1st: To me, it makes sense that it was in black and white, since it was about a werewolf, right? A black and white horror comic, a little like the old 1970’s Marvel/Curtis magazine-sized comics magazines. And, its’ creator is Dave HOWLETT! That’s so perfect!  Just don’t rip my throat out, okay? Sorry, sorry. I had to do it…  Well, the good news is that you have the coolest name since Isambard Kingdom Brunel And, like him, you’re another Great Eastern! Well, a Great Eastern Canadian comics creator….in Eastern Canada, that is! (I’m a history buff.)

Dave: Would you believe, the connection between my last name and a werewolf’s howl was something that never occurred to me until it was pointed out by my friend and future collaborator Sean Jordan when we first met?

1st: I’m going to tell you a little story. By now, you’ve figured out that I like telling stories. Usually, they’re a lot longer than ‘little’. Heck, you may have even been there, that night. But probably not, since I was the only one who got most of those answers right. Years ago, when Park Lane Cinemas was playing (I think it was the second Frank Miller’s Sin City movie), based on the comics series – as everyone sat there in their seats, and before the curtain rolled back to start the pre-show before the movie started — I don’t even recall if the pre-show features were a thing back then — suddenly, two ushers, a mal and a female, walked out on ‘stage’ in front of the film curtain, and proclaimed that they had some Sin City prizes to give out to members of the audience, before the second Sin City movie started. That is, whoever could answer some Sin City-based trivia questions would win some of those prizes. I was very tired that night, so I only got one question right, even though I had bought and read all of the various Sin City comics mini-series. That particular trivia question was, “Name the titles of three of the past Sin City comics mini-series!” They wanted three answers to that question, although there had been more than three Sin City comics mini-series. I could only think of two out of the three titles, namely: “The Big Fat Kill!’ and “That Yellow Bastard!” The female usher said, “That’s right, for those answers! But I need one more answer to win for you to win this hardcover signed Sin City book!” I had been up the night before really late, burning the midnight oil, working on a comics interview, and was too darn tired to remember a third title. But she gave me the book anyway, because no one else there knew ANY of those titles. When I got home later, and opened this hardcover book up, after we’d watched this movie, this hardcover Sin City Book had been signed…By Frank Miller-! I still have it, to this day.

Dave: Nice! I missed the second one in the theatre. If I had been there, I would have gotten them all in a heartbeat. Then, myself and several friends did a one-shot comic called The Halifax Explosion; which was an attempt to create a Halifax-centric superhero universe.

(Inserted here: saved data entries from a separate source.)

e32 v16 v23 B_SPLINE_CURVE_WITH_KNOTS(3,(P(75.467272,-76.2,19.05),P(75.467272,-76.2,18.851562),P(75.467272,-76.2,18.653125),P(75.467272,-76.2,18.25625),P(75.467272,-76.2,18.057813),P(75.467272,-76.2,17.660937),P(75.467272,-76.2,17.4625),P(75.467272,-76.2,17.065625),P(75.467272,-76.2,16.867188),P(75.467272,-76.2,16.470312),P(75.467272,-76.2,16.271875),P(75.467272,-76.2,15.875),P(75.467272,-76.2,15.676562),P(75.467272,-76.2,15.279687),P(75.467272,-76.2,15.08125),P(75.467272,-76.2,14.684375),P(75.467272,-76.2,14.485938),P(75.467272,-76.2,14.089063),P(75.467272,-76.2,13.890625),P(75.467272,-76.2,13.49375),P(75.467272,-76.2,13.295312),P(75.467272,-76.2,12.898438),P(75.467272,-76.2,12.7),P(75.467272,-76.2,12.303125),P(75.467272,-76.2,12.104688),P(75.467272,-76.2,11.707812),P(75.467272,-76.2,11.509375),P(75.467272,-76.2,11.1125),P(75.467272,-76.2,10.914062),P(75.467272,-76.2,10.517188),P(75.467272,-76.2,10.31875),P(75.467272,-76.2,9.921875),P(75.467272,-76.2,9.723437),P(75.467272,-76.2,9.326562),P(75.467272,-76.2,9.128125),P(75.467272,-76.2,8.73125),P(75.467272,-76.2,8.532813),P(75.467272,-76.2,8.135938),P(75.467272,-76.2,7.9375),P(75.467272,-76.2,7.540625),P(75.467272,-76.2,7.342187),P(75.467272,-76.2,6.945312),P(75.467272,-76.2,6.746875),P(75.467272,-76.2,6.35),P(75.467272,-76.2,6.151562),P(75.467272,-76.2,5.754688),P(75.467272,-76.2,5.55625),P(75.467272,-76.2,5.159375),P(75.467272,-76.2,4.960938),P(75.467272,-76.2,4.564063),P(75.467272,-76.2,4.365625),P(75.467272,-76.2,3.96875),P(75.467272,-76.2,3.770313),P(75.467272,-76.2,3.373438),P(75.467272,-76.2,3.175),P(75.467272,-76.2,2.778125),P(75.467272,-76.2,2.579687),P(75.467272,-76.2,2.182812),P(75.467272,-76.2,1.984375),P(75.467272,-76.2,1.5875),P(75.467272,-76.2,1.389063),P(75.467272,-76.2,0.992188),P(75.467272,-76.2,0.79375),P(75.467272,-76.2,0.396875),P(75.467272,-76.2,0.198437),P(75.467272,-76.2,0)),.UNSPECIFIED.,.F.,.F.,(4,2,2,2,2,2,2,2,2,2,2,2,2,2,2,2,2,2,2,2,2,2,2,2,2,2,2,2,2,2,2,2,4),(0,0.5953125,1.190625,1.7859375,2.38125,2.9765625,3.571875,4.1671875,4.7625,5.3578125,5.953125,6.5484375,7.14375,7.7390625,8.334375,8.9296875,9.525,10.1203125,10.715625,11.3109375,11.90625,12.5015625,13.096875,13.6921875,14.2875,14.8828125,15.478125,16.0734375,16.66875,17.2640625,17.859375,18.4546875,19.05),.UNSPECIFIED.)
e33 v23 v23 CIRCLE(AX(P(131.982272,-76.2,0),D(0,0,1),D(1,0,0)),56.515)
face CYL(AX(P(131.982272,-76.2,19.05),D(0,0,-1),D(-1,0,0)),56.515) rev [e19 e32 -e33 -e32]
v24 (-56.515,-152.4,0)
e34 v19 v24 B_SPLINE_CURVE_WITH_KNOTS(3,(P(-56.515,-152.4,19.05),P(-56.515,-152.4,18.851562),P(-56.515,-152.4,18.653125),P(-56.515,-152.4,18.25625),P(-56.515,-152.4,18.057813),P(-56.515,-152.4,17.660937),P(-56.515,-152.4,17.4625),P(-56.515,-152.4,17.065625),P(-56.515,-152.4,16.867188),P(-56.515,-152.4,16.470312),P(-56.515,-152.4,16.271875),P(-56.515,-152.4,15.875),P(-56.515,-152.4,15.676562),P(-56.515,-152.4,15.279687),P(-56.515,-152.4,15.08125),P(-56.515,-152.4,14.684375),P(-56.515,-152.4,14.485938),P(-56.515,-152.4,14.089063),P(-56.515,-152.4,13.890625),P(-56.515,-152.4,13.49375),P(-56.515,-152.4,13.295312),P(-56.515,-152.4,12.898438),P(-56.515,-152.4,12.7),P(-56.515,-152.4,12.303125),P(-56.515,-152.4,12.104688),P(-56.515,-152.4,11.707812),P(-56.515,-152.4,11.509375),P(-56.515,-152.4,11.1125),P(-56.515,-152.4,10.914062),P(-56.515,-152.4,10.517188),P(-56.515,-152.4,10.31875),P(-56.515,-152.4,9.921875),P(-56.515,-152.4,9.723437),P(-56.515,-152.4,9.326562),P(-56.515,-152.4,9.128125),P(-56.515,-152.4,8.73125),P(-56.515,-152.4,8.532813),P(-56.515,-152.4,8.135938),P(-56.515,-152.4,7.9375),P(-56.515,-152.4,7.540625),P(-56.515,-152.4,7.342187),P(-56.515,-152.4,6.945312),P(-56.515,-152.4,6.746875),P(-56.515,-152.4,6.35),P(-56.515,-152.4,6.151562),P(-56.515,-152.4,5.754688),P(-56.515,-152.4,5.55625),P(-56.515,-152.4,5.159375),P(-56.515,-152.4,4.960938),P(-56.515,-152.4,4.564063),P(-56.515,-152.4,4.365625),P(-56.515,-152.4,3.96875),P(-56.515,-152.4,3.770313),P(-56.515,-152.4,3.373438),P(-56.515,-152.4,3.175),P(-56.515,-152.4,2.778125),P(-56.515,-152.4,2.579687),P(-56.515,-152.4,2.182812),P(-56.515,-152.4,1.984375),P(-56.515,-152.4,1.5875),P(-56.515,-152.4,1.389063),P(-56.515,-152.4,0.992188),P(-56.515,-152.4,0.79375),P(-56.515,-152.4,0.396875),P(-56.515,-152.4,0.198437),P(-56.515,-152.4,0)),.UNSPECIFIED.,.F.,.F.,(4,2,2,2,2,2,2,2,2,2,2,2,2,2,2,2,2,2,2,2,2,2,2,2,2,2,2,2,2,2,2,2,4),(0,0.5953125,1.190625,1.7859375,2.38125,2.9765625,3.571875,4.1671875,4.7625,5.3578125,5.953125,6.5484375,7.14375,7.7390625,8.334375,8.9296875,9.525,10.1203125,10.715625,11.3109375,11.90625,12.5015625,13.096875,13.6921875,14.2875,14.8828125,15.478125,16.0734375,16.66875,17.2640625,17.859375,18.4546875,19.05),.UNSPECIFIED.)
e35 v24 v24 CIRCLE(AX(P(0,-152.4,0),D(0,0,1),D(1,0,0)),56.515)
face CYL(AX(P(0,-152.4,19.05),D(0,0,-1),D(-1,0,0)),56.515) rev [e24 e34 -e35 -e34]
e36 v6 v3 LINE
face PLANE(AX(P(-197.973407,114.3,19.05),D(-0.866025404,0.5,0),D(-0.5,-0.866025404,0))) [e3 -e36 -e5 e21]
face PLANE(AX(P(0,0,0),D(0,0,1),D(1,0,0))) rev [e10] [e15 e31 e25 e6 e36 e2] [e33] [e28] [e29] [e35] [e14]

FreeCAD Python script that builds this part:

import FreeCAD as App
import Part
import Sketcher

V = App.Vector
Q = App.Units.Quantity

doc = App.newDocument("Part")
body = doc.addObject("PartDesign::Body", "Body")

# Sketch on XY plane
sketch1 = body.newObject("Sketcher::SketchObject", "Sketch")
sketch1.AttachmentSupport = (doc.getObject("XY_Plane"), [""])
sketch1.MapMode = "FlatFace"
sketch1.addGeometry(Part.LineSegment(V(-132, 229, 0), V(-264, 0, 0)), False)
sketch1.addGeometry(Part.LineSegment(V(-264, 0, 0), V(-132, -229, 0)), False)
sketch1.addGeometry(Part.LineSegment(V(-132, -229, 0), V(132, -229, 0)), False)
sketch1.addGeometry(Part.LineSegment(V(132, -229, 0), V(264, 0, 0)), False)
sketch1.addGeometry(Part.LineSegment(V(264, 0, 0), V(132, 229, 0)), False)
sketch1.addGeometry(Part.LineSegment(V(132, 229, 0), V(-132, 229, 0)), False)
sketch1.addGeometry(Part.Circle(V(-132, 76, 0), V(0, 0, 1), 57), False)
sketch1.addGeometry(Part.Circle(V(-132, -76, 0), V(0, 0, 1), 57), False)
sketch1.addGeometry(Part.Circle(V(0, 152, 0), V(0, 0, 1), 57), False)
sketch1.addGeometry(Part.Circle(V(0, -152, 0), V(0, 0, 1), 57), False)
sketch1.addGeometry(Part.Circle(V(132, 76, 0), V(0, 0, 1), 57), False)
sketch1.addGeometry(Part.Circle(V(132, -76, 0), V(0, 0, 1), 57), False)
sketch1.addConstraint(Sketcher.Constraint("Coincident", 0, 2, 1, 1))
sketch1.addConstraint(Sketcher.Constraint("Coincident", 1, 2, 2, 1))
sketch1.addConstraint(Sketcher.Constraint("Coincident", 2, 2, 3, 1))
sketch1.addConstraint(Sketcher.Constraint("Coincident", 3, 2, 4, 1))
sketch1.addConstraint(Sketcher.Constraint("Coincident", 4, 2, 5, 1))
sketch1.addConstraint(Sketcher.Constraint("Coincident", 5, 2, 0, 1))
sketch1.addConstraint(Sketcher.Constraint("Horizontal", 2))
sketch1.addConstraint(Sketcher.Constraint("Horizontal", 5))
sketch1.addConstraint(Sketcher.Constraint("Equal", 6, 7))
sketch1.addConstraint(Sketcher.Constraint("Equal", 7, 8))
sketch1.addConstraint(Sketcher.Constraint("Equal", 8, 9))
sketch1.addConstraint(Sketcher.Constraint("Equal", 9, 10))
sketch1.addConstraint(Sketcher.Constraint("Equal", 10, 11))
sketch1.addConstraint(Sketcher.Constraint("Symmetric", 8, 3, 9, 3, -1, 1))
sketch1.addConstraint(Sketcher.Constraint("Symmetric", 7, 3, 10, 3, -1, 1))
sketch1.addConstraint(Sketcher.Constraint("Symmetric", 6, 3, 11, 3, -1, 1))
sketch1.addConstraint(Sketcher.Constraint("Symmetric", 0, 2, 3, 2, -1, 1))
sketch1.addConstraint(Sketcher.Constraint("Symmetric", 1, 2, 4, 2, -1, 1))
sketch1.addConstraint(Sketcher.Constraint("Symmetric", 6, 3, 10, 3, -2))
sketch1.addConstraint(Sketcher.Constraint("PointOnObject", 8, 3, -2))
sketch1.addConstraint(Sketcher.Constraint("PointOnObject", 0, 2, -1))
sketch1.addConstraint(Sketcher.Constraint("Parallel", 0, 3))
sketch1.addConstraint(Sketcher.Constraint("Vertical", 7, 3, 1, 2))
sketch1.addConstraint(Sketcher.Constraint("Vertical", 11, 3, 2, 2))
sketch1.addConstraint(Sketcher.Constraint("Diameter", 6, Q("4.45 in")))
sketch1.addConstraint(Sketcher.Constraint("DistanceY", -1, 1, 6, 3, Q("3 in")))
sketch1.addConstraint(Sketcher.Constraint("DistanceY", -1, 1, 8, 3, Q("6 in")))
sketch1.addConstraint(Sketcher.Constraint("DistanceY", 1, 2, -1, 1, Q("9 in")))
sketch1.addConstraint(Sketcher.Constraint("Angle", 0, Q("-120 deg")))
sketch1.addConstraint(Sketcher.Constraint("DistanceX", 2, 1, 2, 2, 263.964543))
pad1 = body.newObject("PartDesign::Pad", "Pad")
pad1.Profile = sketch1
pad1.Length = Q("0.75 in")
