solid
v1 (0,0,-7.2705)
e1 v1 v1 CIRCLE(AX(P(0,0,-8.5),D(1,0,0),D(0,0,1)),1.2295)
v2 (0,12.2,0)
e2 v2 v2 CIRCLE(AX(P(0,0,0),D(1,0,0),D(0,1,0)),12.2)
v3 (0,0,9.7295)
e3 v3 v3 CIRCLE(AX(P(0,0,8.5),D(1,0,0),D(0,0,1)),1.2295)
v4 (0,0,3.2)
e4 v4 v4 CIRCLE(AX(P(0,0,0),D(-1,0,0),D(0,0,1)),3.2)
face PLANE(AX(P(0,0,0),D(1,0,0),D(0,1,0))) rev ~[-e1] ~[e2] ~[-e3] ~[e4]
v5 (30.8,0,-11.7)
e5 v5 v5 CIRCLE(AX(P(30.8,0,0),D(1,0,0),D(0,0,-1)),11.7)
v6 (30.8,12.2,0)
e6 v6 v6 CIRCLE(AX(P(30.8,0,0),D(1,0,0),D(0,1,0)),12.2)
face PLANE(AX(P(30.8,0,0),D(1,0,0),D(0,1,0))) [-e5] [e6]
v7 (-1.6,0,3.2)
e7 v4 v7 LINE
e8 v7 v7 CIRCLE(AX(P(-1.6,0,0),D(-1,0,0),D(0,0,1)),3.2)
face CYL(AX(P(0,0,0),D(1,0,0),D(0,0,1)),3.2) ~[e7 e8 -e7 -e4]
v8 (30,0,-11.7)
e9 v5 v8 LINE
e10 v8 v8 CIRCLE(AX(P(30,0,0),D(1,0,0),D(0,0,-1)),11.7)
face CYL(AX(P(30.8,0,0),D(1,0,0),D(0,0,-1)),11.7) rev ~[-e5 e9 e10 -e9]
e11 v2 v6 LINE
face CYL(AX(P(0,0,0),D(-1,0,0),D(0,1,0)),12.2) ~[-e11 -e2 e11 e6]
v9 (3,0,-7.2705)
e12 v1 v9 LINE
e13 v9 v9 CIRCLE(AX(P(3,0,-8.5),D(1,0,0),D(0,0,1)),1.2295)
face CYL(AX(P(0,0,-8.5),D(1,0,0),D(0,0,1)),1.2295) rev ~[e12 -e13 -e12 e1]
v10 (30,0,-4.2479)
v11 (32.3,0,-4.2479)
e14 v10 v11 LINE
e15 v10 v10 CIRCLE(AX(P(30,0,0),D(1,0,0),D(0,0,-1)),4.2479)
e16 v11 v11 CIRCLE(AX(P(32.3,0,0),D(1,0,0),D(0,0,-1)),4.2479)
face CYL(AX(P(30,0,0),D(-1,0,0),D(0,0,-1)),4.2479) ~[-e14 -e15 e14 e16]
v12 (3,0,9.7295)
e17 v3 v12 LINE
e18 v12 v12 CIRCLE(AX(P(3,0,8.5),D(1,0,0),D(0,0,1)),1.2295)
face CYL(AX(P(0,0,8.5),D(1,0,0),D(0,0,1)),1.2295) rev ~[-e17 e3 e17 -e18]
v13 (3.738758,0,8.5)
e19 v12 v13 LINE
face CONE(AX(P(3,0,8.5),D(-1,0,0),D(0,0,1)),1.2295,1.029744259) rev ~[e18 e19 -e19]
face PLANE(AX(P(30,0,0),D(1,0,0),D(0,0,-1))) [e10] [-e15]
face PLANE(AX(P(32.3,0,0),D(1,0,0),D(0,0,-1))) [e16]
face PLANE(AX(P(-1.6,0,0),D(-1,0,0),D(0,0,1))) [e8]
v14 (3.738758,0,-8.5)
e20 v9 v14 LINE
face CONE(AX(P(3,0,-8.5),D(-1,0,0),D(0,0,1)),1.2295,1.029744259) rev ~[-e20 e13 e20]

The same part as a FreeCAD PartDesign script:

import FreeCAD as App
import Part
import Sketcher

V = App.Vector
Q = App.Units.Quantity

doc = App.newDocument("Part")
body = doc.addObject("PartDesign::Body", "Body")

# Sketch on YZ plane
sketch1 = body.newObject("Sketcher::SketchObject", "Sketch")
sketch1.AttachmentSupport = (doc.getObject("YZ_Plane"), [""])
sketch1.MapMode = "FlatFace"
sketch1.addGeometry(Part.Circle(V(0, 0, 0), V(0, 0, 1), 12.2), False)
sketch1.addConstraint([
    Sketcher.Constraint("Coincident", 0, 3, -1, 1),
    Sketcher.Constraint("Diameter", 0, Q("24.4 mm")),
])
pad1 = body.newObject("PartDesign::Pad", "Pad")
pad1.Profile = sketch1
pad1.Length = 30.8

# Sketch on YZ plane
sketch2 = body.newObject("Sketcher::SketchObject", "Sketch001")
sketch2.AttachmentSupport = (doc.getObject("YZ_Plane"), [""])
sketch2.MapMode = "FlatFace"
sketch2.AttachmentOffset = App.Placement(V(0, 0, 30.8), App.Rotation())
sketch2.addGeometry(Part.Circle(V(0, 0, 0), V(0, 0, 1), 11.7), False)
sketch2.addConstraint([
    Sketcher.Constraint("Coincident", 0, 3, -1, 1),
    Sketcher.Constraint("Diameter", 0, Q("23.4 mm")),
])
pocket1 = body.newObject("PartDesign::Pocket", "Pocket")
pocket1.Profile = sketch2
pocket1.Length = 0.8

# Sketch on YZ plane
sketch3 = body.newObject("Sketcher::SketchObject", "Sketch002")
sketch3.AttachmentSupport = (doc.getObject("YZ_Plane"), [""])
sketch3.MapMode = "FlatFace"
sketch3.AttachmentOffset = App.Placement(V(0, 0, 30), App.Rotation())
sketch3.addGeometry(Part.Circle(V(0, 0, 0), V(0, 0, 1), 4.2479), False)
sketch3.addConstraint([
    Sketcher.Constraint("Coincident", 0, 3, -1, 1),
    Sketcher.Constraint("Diameter", 0, Q("8.4958 mm")),
])
pad2 = body.newObject("PartDesign::Pad", "Pad001")
pad2.Profile = sketch3
pad2.Length = 2.3

# Sketch on YZ plane
sketch4 = body.newObject("Sketcher::SketchObject", "Sketch003")
sketch4.AttachmentSupport = (doc.getObject("YZ_Plane"), [""])
sketch4.MapMode = "FlatFace"
sketch4.addGeometry([
    Part.Circle(V(0, 8.5, 0), V(0, 0, 1), 1.2295),
    Part.Circle(V(0, -8.5, 0), V(0, 0, 1), 1.2295),
], False)
sketch4.addConstraint([
    Sketcher.Constraint("Equal", 0, 1),
    Sketcher.Constraint("Symmetric", 0, 3, 1, 3, -1, 1),
    Sketcher.Constraint("PointOnObject", 0, 3, -2),
    Sketcher.Constraint("Diameter", 0, Q("2.459 mm")),
    Sketcher.Constraint("DistanceY", 1, 3, 0, 3, Q("17 mm")),
])
doc.recompute()
hole = body.newObject("PartDesign::Hole", "Hole")
hole.Profile = sketch4
hole.ThreadType = "None"
hole.Diameter = 2.459
hole.DepthType = "Dimension"
hole.Depth = 3
hole.DrillPoint = "Angled"
hole.DrillPointAngle = 118
hole.Reversed = True

# Sketch on YZ plane
sketch5 = body.newObject("Sketcher::SketchObject", "Sketch004")
sketch5.AttachmentSupport = (doc.getObject("YZ_Plane"), [""])
sketch5.MapMode = "FlatFace"
sketch5.addGeometry(Part.Circle(V(0, 0, 0), V(0, 0, 1), 3.2), False)
sketch5.addConstraint([
    Sketcher.Constraint("Coincident", 0, 3, -1, 1),
    Sketcher.Constraint("Diameter", 0, Q("6.4 mm")),
])
pad3 = body.newObject("PartDesign::Pad", "Pad002")
pad3.Profile = sketch5
pad3.Length = 1.6
pad3.Reversed = True

doc.recompute()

I’m pretty embarrassed by my work in that one.

1st: You know, I collect Canadian comics in general, and Nova Scotian creators and published comics, in particular. This isn’t the only reason for that, but I do like to support Canadian comics, including especially, local creator comics. I own several different versions of The Halifax Explosion comics, all one-shots, and all by different creators. Even Owen McCarron did one that I have. It was a large tabloid b & w newspaper comic, given away, many years ago, at the Halifax Maritime Museum of The Atlantic, on the waterfront. But in fact, that one, I got from his kindness; he’d had extra copies. I may be wrong, but I don’t think I have yours. I didn’t realize you did that one, either. I don’t think I am at all familiar with your version of The Halifax Explosion, an actual event in Halifax, (Nova Scotia), Canadian history (for our readers) that was, in REAL LIFE, the largest – ever – if accidental, man-made explosion in the history of this entire planet, before the Atom Bomb! Great loss of life, and with thousands permanently blinded, by flying glass. Google it, folks! It happened in Halifax, Nova Scotia harbor, on December tenth, 1917, during World War One, which, (before the second world war), had been previously known as The Great War. Two ships had collided in the harbor; one of those was full to the gunnels with munitions.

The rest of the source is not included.